Not infrequently, others will complain to me that they love so and so and if so and if so and so really loved them then a way would be found to be together. Often, however, prior commitment including marriages and children, and other family responsibilities prevent them from being together. I may then suggest that although love is a necessary condition for a committed romantic partnership it is not sufficient. Many other facts have to be taken into account. On the other hand, I often hear myself saying that in this brief life journey the most important act we can perform is to show up with love. Life, after all, is just a few minutes long and the only permanent thing we can leave behind is energy. Whether we call this energy our soul or our essence if that energy is comprised of hate, resentments, jealously, envy or other negative emotions then our legacy will be an ongoing chain of pain. If, on the other hand, that energy is comprised of love then our legacy will an ongoing chain of love.
The challenge sounds simple. We merely have to show up and in the midst of going about the daily business of living we unconditionally love ourselves and others. Yet, as some would point out, even great spiritual teachers get angry at times and are anything but loving. Yet, those same teachers seem to accept responsibility for their anger and failure to love and then get back on track. They may need some time to let go of the anger, but without labeling the anger as good or bad they are able let it go and move on.

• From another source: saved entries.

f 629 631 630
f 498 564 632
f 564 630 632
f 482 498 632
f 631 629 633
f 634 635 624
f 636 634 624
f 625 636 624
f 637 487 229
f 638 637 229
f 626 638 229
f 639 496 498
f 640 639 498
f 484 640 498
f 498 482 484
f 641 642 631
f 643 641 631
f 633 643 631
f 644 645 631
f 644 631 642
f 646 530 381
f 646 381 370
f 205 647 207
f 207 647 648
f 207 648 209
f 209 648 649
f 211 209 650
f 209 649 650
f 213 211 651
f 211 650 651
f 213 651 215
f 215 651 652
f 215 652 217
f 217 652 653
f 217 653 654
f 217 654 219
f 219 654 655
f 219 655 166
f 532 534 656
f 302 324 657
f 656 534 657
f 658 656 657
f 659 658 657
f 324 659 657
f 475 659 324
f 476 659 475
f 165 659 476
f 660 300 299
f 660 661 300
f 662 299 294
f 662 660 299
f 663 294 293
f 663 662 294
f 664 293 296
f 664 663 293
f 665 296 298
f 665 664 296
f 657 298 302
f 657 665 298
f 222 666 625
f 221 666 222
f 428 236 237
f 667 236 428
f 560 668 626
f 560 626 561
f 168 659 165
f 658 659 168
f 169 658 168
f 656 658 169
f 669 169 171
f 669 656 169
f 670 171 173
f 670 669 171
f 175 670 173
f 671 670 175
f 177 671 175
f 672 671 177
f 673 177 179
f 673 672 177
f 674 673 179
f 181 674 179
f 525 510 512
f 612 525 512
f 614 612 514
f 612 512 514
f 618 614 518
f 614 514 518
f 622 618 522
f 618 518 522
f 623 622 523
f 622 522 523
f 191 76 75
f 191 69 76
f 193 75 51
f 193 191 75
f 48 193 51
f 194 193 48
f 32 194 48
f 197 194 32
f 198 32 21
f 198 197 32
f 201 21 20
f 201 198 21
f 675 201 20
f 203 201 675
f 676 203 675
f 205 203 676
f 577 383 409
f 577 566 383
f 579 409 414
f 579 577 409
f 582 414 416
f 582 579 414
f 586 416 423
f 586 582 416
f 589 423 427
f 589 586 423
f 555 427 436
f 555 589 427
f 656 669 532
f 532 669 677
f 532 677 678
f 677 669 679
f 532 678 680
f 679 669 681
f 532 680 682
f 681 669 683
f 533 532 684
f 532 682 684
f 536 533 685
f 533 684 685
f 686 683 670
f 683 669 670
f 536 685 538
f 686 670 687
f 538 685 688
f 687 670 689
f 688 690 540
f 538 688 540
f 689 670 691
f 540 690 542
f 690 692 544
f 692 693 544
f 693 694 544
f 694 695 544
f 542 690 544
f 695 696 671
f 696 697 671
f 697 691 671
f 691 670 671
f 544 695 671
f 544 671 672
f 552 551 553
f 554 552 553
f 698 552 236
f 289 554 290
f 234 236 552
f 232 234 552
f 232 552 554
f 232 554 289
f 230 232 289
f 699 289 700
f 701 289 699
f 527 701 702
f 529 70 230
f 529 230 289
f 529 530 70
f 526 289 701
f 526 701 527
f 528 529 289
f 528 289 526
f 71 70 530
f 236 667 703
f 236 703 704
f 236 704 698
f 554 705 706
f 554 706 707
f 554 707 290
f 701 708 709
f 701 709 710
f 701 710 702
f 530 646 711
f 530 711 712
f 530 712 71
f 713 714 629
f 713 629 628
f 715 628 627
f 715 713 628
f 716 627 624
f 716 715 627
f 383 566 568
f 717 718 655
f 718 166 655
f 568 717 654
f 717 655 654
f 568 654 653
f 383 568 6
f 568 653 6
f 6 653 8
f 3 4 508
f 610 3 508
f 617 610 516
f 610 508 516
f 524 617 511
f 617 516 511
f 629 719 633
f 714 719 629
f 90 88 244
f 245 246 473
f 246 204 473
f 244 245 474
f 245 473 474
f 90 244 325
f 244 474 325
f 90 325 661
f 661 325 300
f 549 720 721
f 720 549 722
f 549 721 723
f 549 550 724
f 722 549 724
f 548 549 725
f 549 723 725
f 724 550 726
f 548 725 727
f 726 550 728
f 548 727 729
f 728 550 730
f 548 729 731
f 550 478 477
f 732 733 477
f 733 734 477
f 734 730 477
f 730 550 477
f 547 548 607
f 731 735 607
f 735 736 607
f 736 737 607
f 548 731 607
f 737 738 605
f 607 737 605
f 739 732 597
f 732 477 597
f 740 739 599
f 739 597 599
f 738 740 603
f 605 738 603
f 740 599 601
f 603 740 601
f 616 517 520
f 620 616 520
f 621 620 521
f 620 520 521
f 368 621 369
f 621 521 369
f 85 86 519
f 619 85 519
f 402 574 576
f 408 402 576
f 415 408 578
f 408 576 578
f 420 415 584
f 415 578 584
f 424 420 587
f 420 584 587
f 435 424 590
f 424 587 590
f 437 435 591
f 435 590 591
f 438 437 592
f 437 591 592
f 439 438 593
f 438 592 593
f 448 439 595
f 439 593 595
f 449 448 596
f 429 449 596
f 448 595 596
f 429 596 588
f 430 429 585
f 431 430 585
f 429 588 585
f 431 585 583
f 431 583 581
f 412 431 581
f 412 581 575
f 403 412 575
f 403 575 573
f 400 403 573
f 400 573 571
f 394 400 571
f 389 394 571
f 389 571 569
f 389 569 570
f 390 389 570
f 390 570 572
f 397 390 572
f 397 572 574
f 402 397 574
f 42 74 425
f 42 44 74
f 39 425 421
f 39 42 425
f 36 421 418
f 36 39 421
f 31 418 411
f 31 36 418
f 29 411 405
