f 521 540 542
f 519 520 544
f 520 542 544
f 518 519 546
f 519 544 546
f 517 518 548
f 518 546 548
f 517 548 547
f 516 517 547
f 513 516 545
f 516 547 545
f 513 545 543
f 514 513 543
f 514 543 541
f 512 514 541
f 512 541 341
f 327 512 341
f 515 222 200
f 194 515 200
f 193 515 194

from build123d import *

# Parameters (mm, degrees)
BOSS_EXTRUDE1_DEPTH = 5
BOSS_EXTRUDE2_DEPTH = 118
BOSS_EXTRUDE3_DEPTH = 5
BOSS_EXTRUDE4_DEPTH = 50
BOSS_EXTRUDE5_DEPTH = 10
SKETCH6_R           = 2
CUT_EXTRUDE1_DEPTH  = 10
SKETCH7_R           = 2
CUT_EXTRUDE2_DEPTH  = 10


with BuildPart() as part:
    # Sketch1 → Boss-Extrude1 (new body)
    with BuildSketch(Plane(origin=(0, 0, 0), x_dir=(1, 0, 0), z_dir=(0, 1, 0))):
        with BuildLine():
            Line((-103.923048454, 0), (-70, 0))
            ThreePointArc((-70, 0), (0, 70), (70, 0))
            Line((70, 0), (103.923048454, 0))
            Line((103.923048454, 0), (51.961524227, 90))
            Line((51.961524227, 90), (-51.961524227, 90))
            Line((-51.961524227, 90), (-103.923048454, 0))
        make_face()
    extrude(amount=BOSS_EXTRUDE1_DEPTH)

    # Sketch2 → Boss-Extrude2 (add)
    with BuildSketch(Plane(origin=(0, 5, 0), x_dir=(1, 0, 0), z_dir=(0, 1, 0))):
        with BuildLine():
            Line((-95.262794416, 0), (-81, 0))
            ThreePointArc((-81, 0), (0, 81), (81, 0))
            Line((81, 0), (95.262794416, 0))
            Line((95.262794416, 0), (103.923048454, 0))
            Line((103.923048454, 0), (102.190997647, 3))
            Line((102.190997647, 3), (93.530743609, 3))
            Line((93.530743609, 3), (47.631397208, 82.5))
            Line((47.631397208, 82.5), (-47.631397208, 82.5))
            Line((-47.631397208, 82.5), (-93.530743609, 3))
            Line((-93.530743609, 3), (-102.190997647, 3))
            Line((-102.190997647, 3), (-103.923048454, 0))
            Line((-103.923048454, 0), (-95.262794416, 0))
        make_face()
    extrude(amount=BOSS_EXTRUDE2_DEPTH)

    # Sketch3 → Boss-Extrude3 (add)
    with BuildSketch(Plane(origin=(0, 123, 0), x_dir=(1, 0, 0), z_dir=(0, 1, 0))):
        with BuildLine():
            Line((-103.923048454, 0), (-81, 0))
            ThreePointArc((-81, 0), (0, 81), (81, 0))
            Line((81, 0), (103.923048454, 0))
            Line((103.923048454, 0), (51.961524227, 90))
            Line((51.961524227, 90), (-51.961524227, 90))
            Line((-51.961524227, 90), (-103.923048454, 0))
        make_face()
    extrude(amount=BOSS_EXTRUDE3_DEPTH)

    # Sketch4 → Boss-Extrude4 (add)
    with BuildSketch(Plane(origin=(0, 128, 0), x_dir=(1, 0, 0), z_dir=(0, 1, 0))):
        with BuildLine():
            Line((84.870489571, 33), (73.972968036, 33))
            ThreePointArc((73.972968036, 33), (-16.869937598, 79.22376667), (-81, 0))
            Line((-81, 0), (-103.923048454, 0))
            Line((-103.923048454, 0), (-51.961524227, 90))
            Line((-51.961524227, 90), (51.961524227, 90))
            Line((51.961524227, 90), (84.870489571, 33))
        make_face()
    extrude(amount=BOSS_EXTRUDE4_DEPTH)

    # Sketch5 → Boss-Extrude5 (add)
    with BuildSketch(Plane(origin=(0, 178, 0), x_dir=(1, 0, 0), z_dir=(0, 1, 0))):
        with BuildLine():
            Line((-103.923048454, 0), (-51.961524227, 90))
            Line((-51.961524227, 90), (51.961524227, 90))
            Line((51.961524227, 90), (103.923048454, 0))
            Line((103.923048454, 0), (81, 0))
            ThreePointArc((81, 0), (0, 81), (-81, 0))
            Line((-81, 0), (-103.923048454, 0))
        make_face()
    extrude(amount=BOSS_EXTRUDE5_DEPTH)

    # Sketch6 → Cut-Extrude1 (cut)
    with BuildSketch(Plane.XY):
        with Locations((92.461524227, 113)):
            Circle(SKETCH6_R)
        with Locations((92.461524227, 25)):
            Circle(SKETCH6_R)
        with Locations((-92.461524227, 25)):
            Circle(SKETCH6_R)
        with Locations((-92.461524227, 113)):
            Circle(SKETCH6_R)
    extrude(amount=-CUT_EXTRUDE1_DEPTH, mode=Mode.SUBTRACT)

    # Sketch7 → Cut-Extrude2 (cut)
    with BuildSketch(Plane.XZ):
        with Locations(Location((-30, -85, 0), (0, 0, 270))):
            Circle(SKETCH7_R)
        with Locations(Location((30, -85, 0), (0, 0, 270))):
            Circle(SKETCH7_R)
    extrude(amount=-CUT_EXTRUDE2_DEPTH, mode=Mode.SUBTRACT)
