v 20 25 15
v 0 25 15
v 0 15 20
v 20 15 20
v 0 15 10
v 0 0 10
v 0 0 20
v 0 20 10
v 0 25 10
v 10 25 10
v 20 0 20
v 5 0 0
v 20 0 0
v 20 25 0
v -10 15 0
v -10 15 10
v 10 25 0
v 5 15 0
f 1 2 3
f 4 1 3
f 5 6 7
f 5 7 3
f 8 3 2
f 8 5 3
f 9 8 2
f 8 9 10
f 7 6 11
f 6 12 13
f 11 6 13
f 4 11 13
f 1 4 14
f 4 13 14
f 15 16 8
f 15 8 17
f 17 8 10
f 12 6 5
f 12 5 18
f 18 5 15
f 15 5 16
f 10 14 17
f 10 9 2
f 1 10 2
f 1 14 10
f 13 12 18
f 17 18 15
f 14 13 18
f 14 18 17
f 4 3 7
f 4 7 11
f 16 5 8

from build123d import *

# Parameters (mm, degrees)
SKETCH1_W           = 20
SKETCH1_H           = 25
BOSS_EXTRUDE1_DEPTH = 20
CUT_EXTRUDE1_DEPTH  = 20
SKETCH4_W           = 10
SKETCH4_H           = 10
BOSS_EXTRUDE2_DEPTH = 10
CUT_EXTRUDE2_DEPTH  = 50
CUT_EXTRUDE3_DEPTH  = 15


with BuildPart() as part:
    # Sketch1 → Boss-Extrude1 (new body)
    with BuildSketch(Plane.XY):
        with Locations((10, 12.5)):
            Rectangle(SKETCH1_W, SKETCH1_H)
    extrude(amount=BOSS_EXTRUDE1_DEPTH)

    # Sketch3 → Cut-Extrude1 (cut)
    with BuildSketch(Plane.ZY):
        Polygon((15, 25), (20, 15), (20, 25), align=None)
    extrude(amount=-CUT_EXTRUDE1_DEPTH, mode=Mode.SUBTRACT)

    # Sketch4 → Boss-Extrude2 (add)
    with BuildSketch(Plane.ZY):
        with Locations((5, 20)):
            Rectangle(SKETCH4_W, SKETCH4_H)
    extrude(amount=BOSS_EXTRUDE2_DEPTH)

    # Sketch5 → Cut-Extrude2 (cut)
    with BuildSketch(Plane.XY.offset(10)):
        Polygon((-10, 15), (10, 25), (-10, 25), align=None)
    extrude(amount=-CUT_EXTRUDE2_DEPTH, mode=Mode.SUBTRACT)

    # Sketch6 → Cut-Extrude3 (cut)
    with BuildSketch(Plane.XZ):
        Polygon((0, 10), (5, 0), (0, 0), align=None)
    extrude(amount=-CUT_EXTRUDE3_DEPTH, mode=Mode.SUBTRACT)


solid = part.part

Most of us, including this human, continue to love with expectations. “I will love you as long as you do X or behave in Y manner. I will love you as long as you love me back. I will love you if you are a Christian or Buddhist or Muslim or Hindu or Hira Kristna. I will love you if you are in recovery. I will love you if you treat me with respect. I will love you if ….” In other words, it is easy to make our love conditional on whether others are behaving in a way which is consistent with our expectations or if others are loving us in the way that we think that they should. Yet, many spiritual teachers including Buddha and Jesus challenge us to love no matter how others are treating us. Jesus may have gotten mad about the money changes and had a brief fit of anger. He may, at times, have gotten frustrated with the disciples. Yet, in the end, whether he was with the disciples, the prostitutes and seeing Judas following the betrayal, he offered his love. When he decided to love, it was with full knowledge that humans were, well, human. Our behavior can be petty, mean and even vicious. We can do horrible harm to others. Some of us murder others in cold blood, treat some as objects meant to service us, drop bombs, rape and engage in mass shootings. We often treat things or substances with more reverence than we do other humans. In short we do everything we can to keep the sacred part of us distant from ourselves and others.
If one goes to a 12-step recovery meeting such as AA, NA,SA, MA, GA, or OA one will find those who when caught in the grips of their addiction treated many others or most others with extreme cruelty. Yet, in recovery programs one then hears some of them talking about learning to love themselves and others.
If one attends some religious services one may hear a pastor talking about his or her life of self-centered, cruel addiction or some other dis ease prior to them finding a place in a particular church or religion. Without exception, everyone who has turned their life around in a positive way has done so because they finally felt love and as if they might be worth loving. They will say that they finally felt welcome or as if they have come home.
Does this mean that everyone to whom we extend love will be able to allow themselves to trust that love and to love in return? Certainly, not. Sadly, many people will die believing that their cruel behavior is justified or necessary. Many will be unable to accept love or act lovingly in return.
When we love unconditionally we never know if anyone will be able to receive that love or will respond with fear, hate and even violence. That is not our concern. The only thing over which we have control is our own integrity – our own sense of peace – when we have the courage to love unconditionally without any demands or expectations.
This is both the promise and the gift of spiritual growth. We no longer have to be angry, disappointed, resentful or judgmental. The behavior of others is not our concern. To be sure it feels good when we receive love in return. Yet, that is not our goal.
I am not suggesting that in this life journey I or anyone I know will reach this state of perfection. Every day I fall short of loving without expectations. Yet, I know that all I have to do is to notice my expectations without judging them, breathe, smile and let go. It really is as simple as that. No matter that I have to do this exercise 10, 20 or 100 times a day. My happiness/contentment/inner peace is not dependent on what others do or do not do. That is my power. That is the power of the paradox of surrendering to my powerlessness over other people, places and things.